J'ai fait un tour sur plusieurs forums, pas mal de gens ont eu un problème similaire en Décembre, qui aurait été résolu avec une mise à jour mineure d'iOS 6. Jusqu'à il y a 3 heures, j'étais en iOS 6.1.2. Je n'ai rien fait de spécial sur mon téléphone depuis 1 semaine, rien installé, rien supprimé, je m'en suis juste servi pour téléphonner, prendre des notes, et pour mon agenda. C'est en voulant utiliser Remote hier que je me suis aperçu de la bonne blague.

J'ai mis à jour iOS 6.1.3, idem.

J'ai suivi cette méthode : http://support.apple.com/kb/ts1559?viewlocale=fr_FR

Cela n'a rien donné. J'ai appellé Apple qui m'a dit qu'il fallait que je dépose la bête dans un Apple Store. Honnêtement, j'ai un doute sur le matériel. J'ai déjà vu un iPhone dont la carte Wi-Fi était morte, cela ne nous empêchait pas de l'activer ou de la désactiver..

Avez-vous une idée ?

Merci d'avance pour votre réponse !


----------



## lepetitpiero (9 Mai 2013)

pas de restriction activée ?


----------



## Bigdidou (9 Mai 2013)

J'y crois pas trop, mais tu as essayé de réinitialiser les réglages réseaux ?
(Réglages -> Général -> Réinitialiser (tout en bas) -> Réinitialiser les réglages réseau)


----------



## TonyT (9 Mai 2013)

Merci de votre aide 

Pas de restrictions, non, et oui j'ai oublié de précisé, mais j'ai réinitialisé les réglages réseau effectivement, sans succès...


----------



## Bigdidou (9 Mai 2013)

Alors, j'ai bien peur que tu sois bon pour une restauration : http://support.apple.com/kb/ts1559?viewlocale=fr_FR


----------



## TonyT (9 Mai 2013)

Oui je suis en cours là, je vous tiens au courant. Je tente d'abord une restauration d'usine, sans remettre ma sauvegarde.

Edit : Pareil en restaurant d'usine sans remettre ma sauvegarde.. Au redémarrage, il me demande de le connecter à iTunes directement, je ne peux me connecter à aucun réseau Wi-Fi.


----------



## JaiLaTine (9 Mai 2013)

Ok je pense que la restauration va résoudre ton soucis.

Tiens nous au courant


----------



## TonyT (9 Mai 2013)

Hélas non, ça ne l'a pas résolu.. Moi qui n'ai pas pris de garantie parce que j'estimais que payer un prix aussi "cher" pour un supplément de juste 1 an était de l'arnaque.. Un téléphone à presque 800 euros. Ils garantissent leurs mac minis qui coutent 500 euros 3 ans si on ajoute 149 euros, c'est abusé. Enfin bref !
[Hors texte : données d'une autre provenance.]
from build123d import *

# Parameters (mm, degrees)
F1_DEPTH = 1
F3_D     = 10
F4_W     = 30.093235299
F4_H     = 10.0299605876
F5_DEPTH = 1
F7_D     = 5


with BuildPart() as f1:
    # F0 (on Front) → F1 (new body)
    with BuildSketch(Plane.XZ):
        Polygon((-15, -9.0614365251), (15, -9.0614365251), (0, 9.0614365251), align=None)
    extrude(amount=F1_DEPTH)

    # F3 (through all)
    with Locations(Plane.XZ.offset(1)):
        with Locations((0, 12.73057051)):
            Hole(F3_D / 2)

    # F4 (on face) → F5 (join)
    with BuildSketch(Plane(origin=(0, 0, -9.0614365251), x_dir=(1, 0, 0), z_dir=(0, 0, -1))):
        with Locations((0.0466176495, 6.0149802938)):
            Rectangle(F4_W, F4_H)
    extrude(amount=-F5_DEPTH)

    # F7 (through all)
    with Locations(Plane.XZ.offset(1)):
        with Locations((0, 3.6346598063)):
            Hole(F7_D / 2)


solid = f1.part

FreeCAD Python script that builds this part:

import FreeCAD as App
import Part
import Sketcher

doc = App.newDocument("Part")
body = doc.addObject("PartDesign::Body", "Body")

# Sketch on XZ plane
sketch1 = body.newObject("Sketcher::SketchObject", "Sketch")
sketch1.AttachmentSupport = (doc.getObject("XZ_Plane"), [""])
sketch1.MapMode = "FlatFace"
sketch1.addGeometry(Part.LineSegment(App.Vector(-15, -9, 0), App.Vector(15, -9, 0)), False)
sketch1.addGeometry(Part.LineSegment(App.Vector(15, -9, 0), App.Vector(0, 9, 0)), False)
sketch1.addGeometry(Part.LineSegment(App.Vector(0, 9, 0), App.Vector(-15, -9, 0)), False)
sketch1.addConstraint(Sketcher.Constraint("Coincident", 0, 2, 1, 1))
sketch1.addConstraint(Sketcher.Constraint("Coincident", 1, 2, 2, 1))
sketch1.addConstraint(Sketcher.Constraint("Coincident", 2, 2, 0, 1))
sketch1.addConstraint(Sketcher.Constraint("Horizontal", 0))
sketch1.addConstraint(Sketcher.Constraint("PointOnObject", 1, 2, -2))
sketch1.addConstraint(Sketcher.Constraint("Equal", 1, 2))
sketch1.addConstraint(Sketcher.Constraint("DistanceX", 0, 1, 0, 2, 30.0))
sketch1.addConstraint(Sketcher.Constraint("Distance", 1, 23.525274))
sketch1.addConstraint(Sketcher.Constraint("DistanceY", 0, 2, -1, 1, 9.061437))
pad1 = body.newObject("PartDesign::Pad", "Pad")
pad1.Profile = sketch1
pad1.Length = 1

# Sketch on XZ plane
sketch2 = body.newObject("Sketcher::SketchObject", "Sketch001")
sketch2.AttachmentSupport = (doc.getObject("XZ_Plane"), [""])
sketch2.MapMode = "FlatFace"
sketch2.AttachmentOffset = App.Placement(App.Vector(0, 0, 1), App.Rotation())
sketch2.addGeometry(Part.Circle(App.Vector(0, 13, 0), App.Vector(0, 0, 1), 5), False)
sketch2.addConstraint(Sketcher.Constraint("PointOnObject", 0, 3, -2))
sketch2.addConstraint(Sketcher.Constraint("Diameter", 0, 10.0))
sketch2.addConstraint(Sketcher.Constraint("DistanceY", -1, 1, 0, 3, 12.730571))
doc.recompute()
hole = body.newObject("PartDesign::Hole", "Hole")
hole.Profile = sketch2
hole.ThreadType = "None"
hole.Diameter = 10
hole.DepthType = "ThroughAll"

# Sketch on XY plane
sketch3 = body.newObject("Sketcher::SketchObject", "Sketch002")
sketch3.AttachmentSupport = (doc.getObject("XY_Plane"), [""])
sketch3.MapMode = "FlatFace"
sketch3.AttachmentOffset = App.Placement(App.Vector(0, 0, -9.061437), App.Rotation())
sketch3.addGeometry(Part.LineSegment(App.Vector(-15, -11, 0), App.Vector(-15, -1, 0)), False)
sketch3.addGeometry(Part.LineSegment(App.Vector(-15, -1, 0), App.Vector(15, -1, 0)), False)
sketch3.addGeometry(Part.LineSegment(App.Vector(15, -1, 0), App.Vector(15, -11, 0)), False)
sketch3.addGeometry(Part.LineSegment(App.Vector(15, -11, 0), App.Vector(-15, -11, 0)), False)
sketch3.addConstraint(Sketcher.Constraint("Coincident", 0, 2, 1, 1))
sketch3.addConstraint(Sketcher.Constraint("Coincident", 1, 2, 2, 1))
sketch3.addConstraint(Sketcher.Constraint("Coincident", 2, 2, 3, 1))
sketch3.addConstraint(Sketcher.Constraint("Coincident", 3, 2, 0, 1))
sketch3.addConstraint(Sketcher.Constraint("Vertical", 0))
sketch3.addConstraint(Sketcher.Constraint("Horizontal", 1))
sketch3.addConstraint(Sketcher.Constraint("Vertical", 2))
sketch3.addConstraint(Sketcher.Constraint("Horizontal", 3))
sketch3.addConstraint(Sketcher.Constraint("DistanceX", 0, 2, -1, 1, 15.0))
sketch3.addConstraint(Sketcher.Constraint("DistanceY", 0, 2, -1, 1, 1.0))
sketch3.addConstraint(Sketcher.Constraint("DistanceY", 0, 1, 0, 2, 10.029961))
sketch3.addConstraint(Sketcher.Constraint("DistanceX", 1, 1, 1, 2, 30.093235))
pad2 = body.newObject("PartDesign::Pad", "Pad001")
pad2.Profile = sketch3
pad2.Length = 1

# Sketch on XZ plane
sketch4 = body.newObject("Sketcher::SketchObject", "Sketch003")
sketch4.AttachmentSupport = (doc.getObject("XZ_Plane"), [""])
sketch4.MapMode = "FlatFace"
sketch4.AttachmentOffset = App.Placement(App.Vector(0, 0, 1), App.Rotation())
sketch4.addGeometry(Part.Circle(App.Vector(0, 3.6, 0), App.Vector(0, 0, 1), 2.5), False)
sketch4.addConstraint(Sketcher.Constraint("PointOnObject", 0, 3, -2))
sketch4.addConstraint(Sketcher.Constraint("Diameter", 0, 5.0))
sketch4.addConstraint(Sketcher.Constraint("DistanceY", -1, 1, 0, 3, 3.63466))
doc.recompute()
hole2 = body.newObject("PartDesign::Hole", "Hole001")
hole2.Profile = sketch4
hole2.ThreadType = "None"
hole2.Diameter = 5
hole2.DepthType = "ThroughAll"

doc.recompute()
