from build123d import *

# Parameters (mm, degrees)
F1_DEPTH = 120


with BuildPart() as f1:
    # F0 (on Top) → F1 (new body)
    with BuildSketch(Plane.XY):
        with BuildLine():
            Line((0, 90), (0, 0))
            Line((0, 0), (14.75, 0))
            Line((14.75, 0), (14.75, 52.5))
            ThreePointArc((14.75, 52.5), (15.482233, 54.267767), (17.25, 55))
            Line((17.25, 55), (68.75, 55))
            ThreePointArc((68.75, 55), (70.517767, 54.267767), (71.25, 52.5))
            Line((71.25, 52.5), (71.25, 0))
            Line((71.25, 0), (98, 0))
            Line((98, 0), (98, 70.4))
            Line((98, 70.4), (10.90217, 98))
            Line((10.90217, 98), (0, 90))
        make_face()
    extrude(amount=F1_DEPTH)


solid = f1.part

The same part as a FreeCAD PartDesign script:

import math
import FreeCAD as App
import Part
import Sketcher
from FreeCAD import Vector

doc = App.newDocument("Part")
body = doc.addObject("PartDesign::Body", "Body")

# Sketch on XY plane
sketch1 = body.newObject("Sketcher::SketchObject", "Sketch")
sketch1.AttachmentSupport = (doc.getObject("XY_Plane"), [""])
sketch1.MapMode = "FlatFace"
sketch1.addGeometry(Part.LineSegment(Vector(0, 90, 0), Vector(0, 0, 0)), False)
sketch1.addGeometry(Part.LineSegment(Vector(0, 0, 0), Vector(14.8, 0, 0)), False)
sketch1.addGeometry(Part.LineSegment(Vector(14.8, 0, 0), Vector(14.8, 52.5, 0)), False)
sketch1.addGeometry(Part.ArcOfCircle(Part.Circle(Vector(17.2, 52.5, 0), Vector(0, 0, 1), 2.5), math.radians(90), math.radians(180)), False)
sketch1.addGeometry(Part.LineSegment(Vector(17.2, 55, 0), Vector(68.8, 55, 0)), False)
sketch1.addGeometry(Part.ArcOfCircle(Part.Circle(Vector(68.8, 52.5, 0), Vector(0, 0, 1), 2.5), math.radians(0), math.radians(90)), False)
sketch1.addGeometry(Part.LineSegment(Vector(71.2, 52.5, 0), Vector(71.2, 0, 0)), False)
sketch1.addGeometry(Part.LineSegment(Vector(71.2, 0, 0), Vector(98, 0, 0)), False)
sketch1.addGeometry(Part.LineSegment(Vector(98, 0, 0), Vector(98, 70.4, 0)), False)
sketch1.addGeometry(Part.LineSegment(Vector(98, 70.4, 0), Vector(10.9, 98, 0)), False)
sketch1.addGeometry(Part.LineSegment(Vector(10.9, 98, 0), Vector(0, 90, 0)), False)
sketch1.addConstraint(Sketcher.Constraint("Coincident", 0, 2, 1, 1))
sketch1.addConstraint(Sketcher.Constraint("Coincident", 1, 2, 2, 1))
sketch1.addConstraint(Sketcher.Constraint("Tangent", 2, 2, 3, 2))
sketch1.addConstraint(Sketcher.Constraint("Tangent", 3, 1, 4, 1))
sketch1.addConstraint(Sketcher.Constraint("Tangent", 4, 2, 5, 2))
sketch1.addConstraint(Sketcher.Constraint("Tangent", 5, 1, 6, 1))
sketch1.addConstraint(Sketcher.Constraint("Coincident", 6, 2, 7, 1))
sketch1.addConstraint(Sketcher.Constraint("Coincident", 7, 2, 8, 1))
sketch1.addConstraint(Sketcher.Constraint("Coincident", 8, 2, 9, 1))
sketch1.addConstraint(Sketcher.Constraint("Coincident", 9, 2, 10, 1))
sketch1.addConstraint(Sketcher.Constraint("Coincident", 10, 2, 0, 1))
sketch1.addConstraint(Sketcher.Constraint("Vertical", 0))
sketch1.addConstraint(Sketcher.Constraint("Horizontal", 1))
sketch1.addConstraint(Sketcher.Constraint("Vertical", 2))
sketch1.addConstraint(Sketcher.Constraint("Horizontal", 4))
sketch1.addConstraint(Sketcher.Constraint("Vertical", 6))
sketch1.addConstraint(Sketcher.Constraint("Horizontal", 7))
sketch1.addConstraint(Sketcher.Constraint("Vertical", 8))
sketch1.addConstraint(Sketcher.Constraint("Coincident", 0, 2, -1, 1))
sketch1.addConstraint(Sketcher.Constraint("Equal", 3, 5))
sketch1.addConstraint(Sketcher.Constraint("PointOnObject", 6, 2, -1))
sketch1.addConstraint(Sketcher.Constraint("Radius", 3, 2.5))
sketch1.addConstraint(Sketcher.Constraint("DistanceY", 0, 2, 0, 1, 90.0))
sketch1.addConstraint(Sketcher.Constraint("DistanceX", 4, 1, 4, 2, 51.5))
sketch1.addConstraint(Sketcher.Constraint("DistanceY", 2, 1, 2, 2, 52.5))
sketch1.addConstraint(Sketcher.Constraint("DistanceY", 8, 1, 8, 2, 70.4))
sketch1.addConstraint(Sketcher.Constraint("DistanceX", -1, 1, 7, 2, 98.0))
sketch1.addConstraint(Sketcher.Constraint("DistanceY", -1, 1, 9, 2, 98.0))
sketch1.addConstraint(Sketcher.Constraint("DistanceX", 1, 1, 1, 2, 14.75))
sketch1.addConstraint(Sketcher.Constraint("Distance", 9, 91.366252))
pad1 = body.newObject("PartDesign::Pad", "Pad")
pad1.Profile = sketch1
pad1.Length = 120

doc.recompute()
Merci pour votre aide quand même et désolé pour le petit coup de gueule


----------



## JaiLaTine (10 Mai 2013)

Tu as aussi la solution d'aller directement dans un apple store en expliquant ton problème


----------



## TonyT (10 Mai 2013)

Oui j'y ai pensé, mais je suis sur le Mans, et question Apple Store...


----------



## Bigdidou (10 Mai 2013)

Alors appelle quand même le support d'Apple.
C'est un truc très fréquent, ce qui t'arrive. Il suffit de taper sur Google "wifi iPhone grise" : c'est hallucinant...
Du coup, Apple te proposera peut-être quelque chose...


----------



## TonyT (10 Mai 2013)

J'ai oublié de le préciser, après toutes ces manips, j'ai appellé Apple, qui m'a dit d'apporter mon iPhone dans un Apple Store, car la mise à jour a "abimé la carte Wi-Fi". Mouais !

Je vais être sur Paris la semaine prochaine, mais le temps va me manquer. Vous savez si je peux me pointer dans un apple store sans rendez-vous ?


----------



## Bigdidou (10 Mai 2013)

Je n'ai jamais pu...


----------



## richads (11 Mai 2013)

J'ai malheureusement le même problème : wifi et bluetooth grisé depuis mise à jour ios6 ... 

Je suis passé par la case Apple Store (le dernier jour de garantie !!!) cependant ils m'ont recalé en me disant que mon écran était un écran de contrefaçon et qu'il avait été changé (ce qui est vrai mais d'une part : un écran de contrefaçon ???? le but étant de me faire flipper voir de me faire "culpabiliser" mais manque de pot ça n'a pas marché ! Et d'autre part, ce changement a été opéré il y a très longtemps et pour moi les deux problèmes ne sont ABSOLUMENT pas liés puisqu'il y a une foulée de gens dans notre cas et je ne pense pas qu'ils aient tous changé leur écran ...). 

Bref, après quelques échanges stériles je suis parti car quoiqu'il arrive le genius ne voulait rien savoir et la seule chose qu'il l'intéressait c'était de me refourguer un nouvel iphone ...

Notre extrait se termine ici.